New routes, wrong turns & the road less traveled

May 1, 2011

Johnson’s World by Steve Johnson

Very few of my readers work from home. Even if you are in sales and spend most of your time on the road, you still have an office you must visit regularly. As for the rest of us, we spend every day in an office or a factory. This means we commute between work and home twice daily, five to seven days per week.

Whether our trip is five blocks or 50 miles, each of us has found the best way to get to work; the best route and the best method of transportation (or so we think).

Most of us drive to work. Some take a train or a bus. One or two of you might even have a chauffeur to drive you in a limousine.

I once lived close enough to my print shop that I could walk to work.
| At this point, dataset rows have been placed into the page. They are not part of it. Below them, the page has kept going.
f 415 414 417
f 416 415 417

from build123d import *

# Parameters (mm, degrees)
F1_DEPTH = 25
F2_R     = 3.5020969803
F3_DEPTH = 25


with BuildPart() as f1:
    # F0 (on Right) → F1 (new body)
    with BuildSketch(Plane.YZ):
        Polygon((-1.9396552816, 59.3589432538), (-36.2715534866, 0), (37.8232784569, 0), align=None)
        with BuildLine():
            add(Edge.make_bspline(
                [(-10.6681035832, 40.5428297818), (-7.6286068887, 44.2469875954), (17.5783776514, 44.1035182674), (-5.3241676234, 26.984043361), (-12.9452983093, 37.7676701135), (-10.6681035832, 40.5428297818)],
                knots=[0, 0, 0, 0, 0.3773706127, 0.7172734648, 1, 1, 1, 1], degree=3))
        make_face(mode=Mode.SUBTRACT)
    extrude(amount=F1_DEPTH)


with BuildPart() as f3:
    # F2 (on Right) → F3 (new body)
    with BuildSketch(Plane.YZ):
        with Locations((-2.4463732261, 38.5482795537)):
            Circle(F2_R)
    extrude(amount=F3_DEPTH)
On summer days, I sometimes drive my 1926 Ford Model T to the office, and on sunny weekends I might bicycle to work.

One person's best way is not another's. I wish I could to bicycle to work every day. Those of you who have been subjected to the enforcement of tough drunk driving laws might not agree.

If you check my company's website, you'll find easy directions to Copresco via automobile, airplane, mass transit, bicycle or horse. The horse part also works if you ride a donkey or mule.

Whatever our mode of transportation, the route we take to work might not actually be the best way, but we take it out of habit.

You can steer yourself any direction you choose

All too frequently, we conduct business in the same way. Are you discouraged by the downturn in print volume? Pummeled by competition from new media? On the defensive over pricecutting? Is the same old way just not working?

We simply cannot succeed doing the same old thing, anymore, yet truly fresh and new ideas are hard to come by. What you need is to sprout new neural pathways in your brain, and change is the best way to stimulate neuron growth. To put it more simply: To think differently, do things differently. Start with your commute to work.

If you live far away, try taking public transportation instead of driving. If you live nearby, try walking or riding a bike. Even taking a different family car can make your commute a new experience.

If you're afraid to give up your automobile, try merely taking a different route to work every day for a week. Approach the plant from a different direction. Come through the slums, or the country. If you live to the north,approach from the south.

Oh, the places you'll go!

Does all of this seem silly to you? The road-less-traveled metaphor is highly appropriate to the situation most printers now find themselves in. Doing the same old thing leaves you stuck, day after day, in the traffic jam of competition. Discovering the right new product, process or market is like finding yourself on an open road that you didn't know existed.

If you aren't even willing to alter or adapt your commute, then I suggest you seriously think twice before committing half a million dollars or more to the purchase of a digital press. If you can't (or won't) approach your business in a new way, then that hunk of digital iron will end up being just one more press to keep busy. It is no small task to change the way you think. You'd better get started now unless, of course, the same old way still is working for you.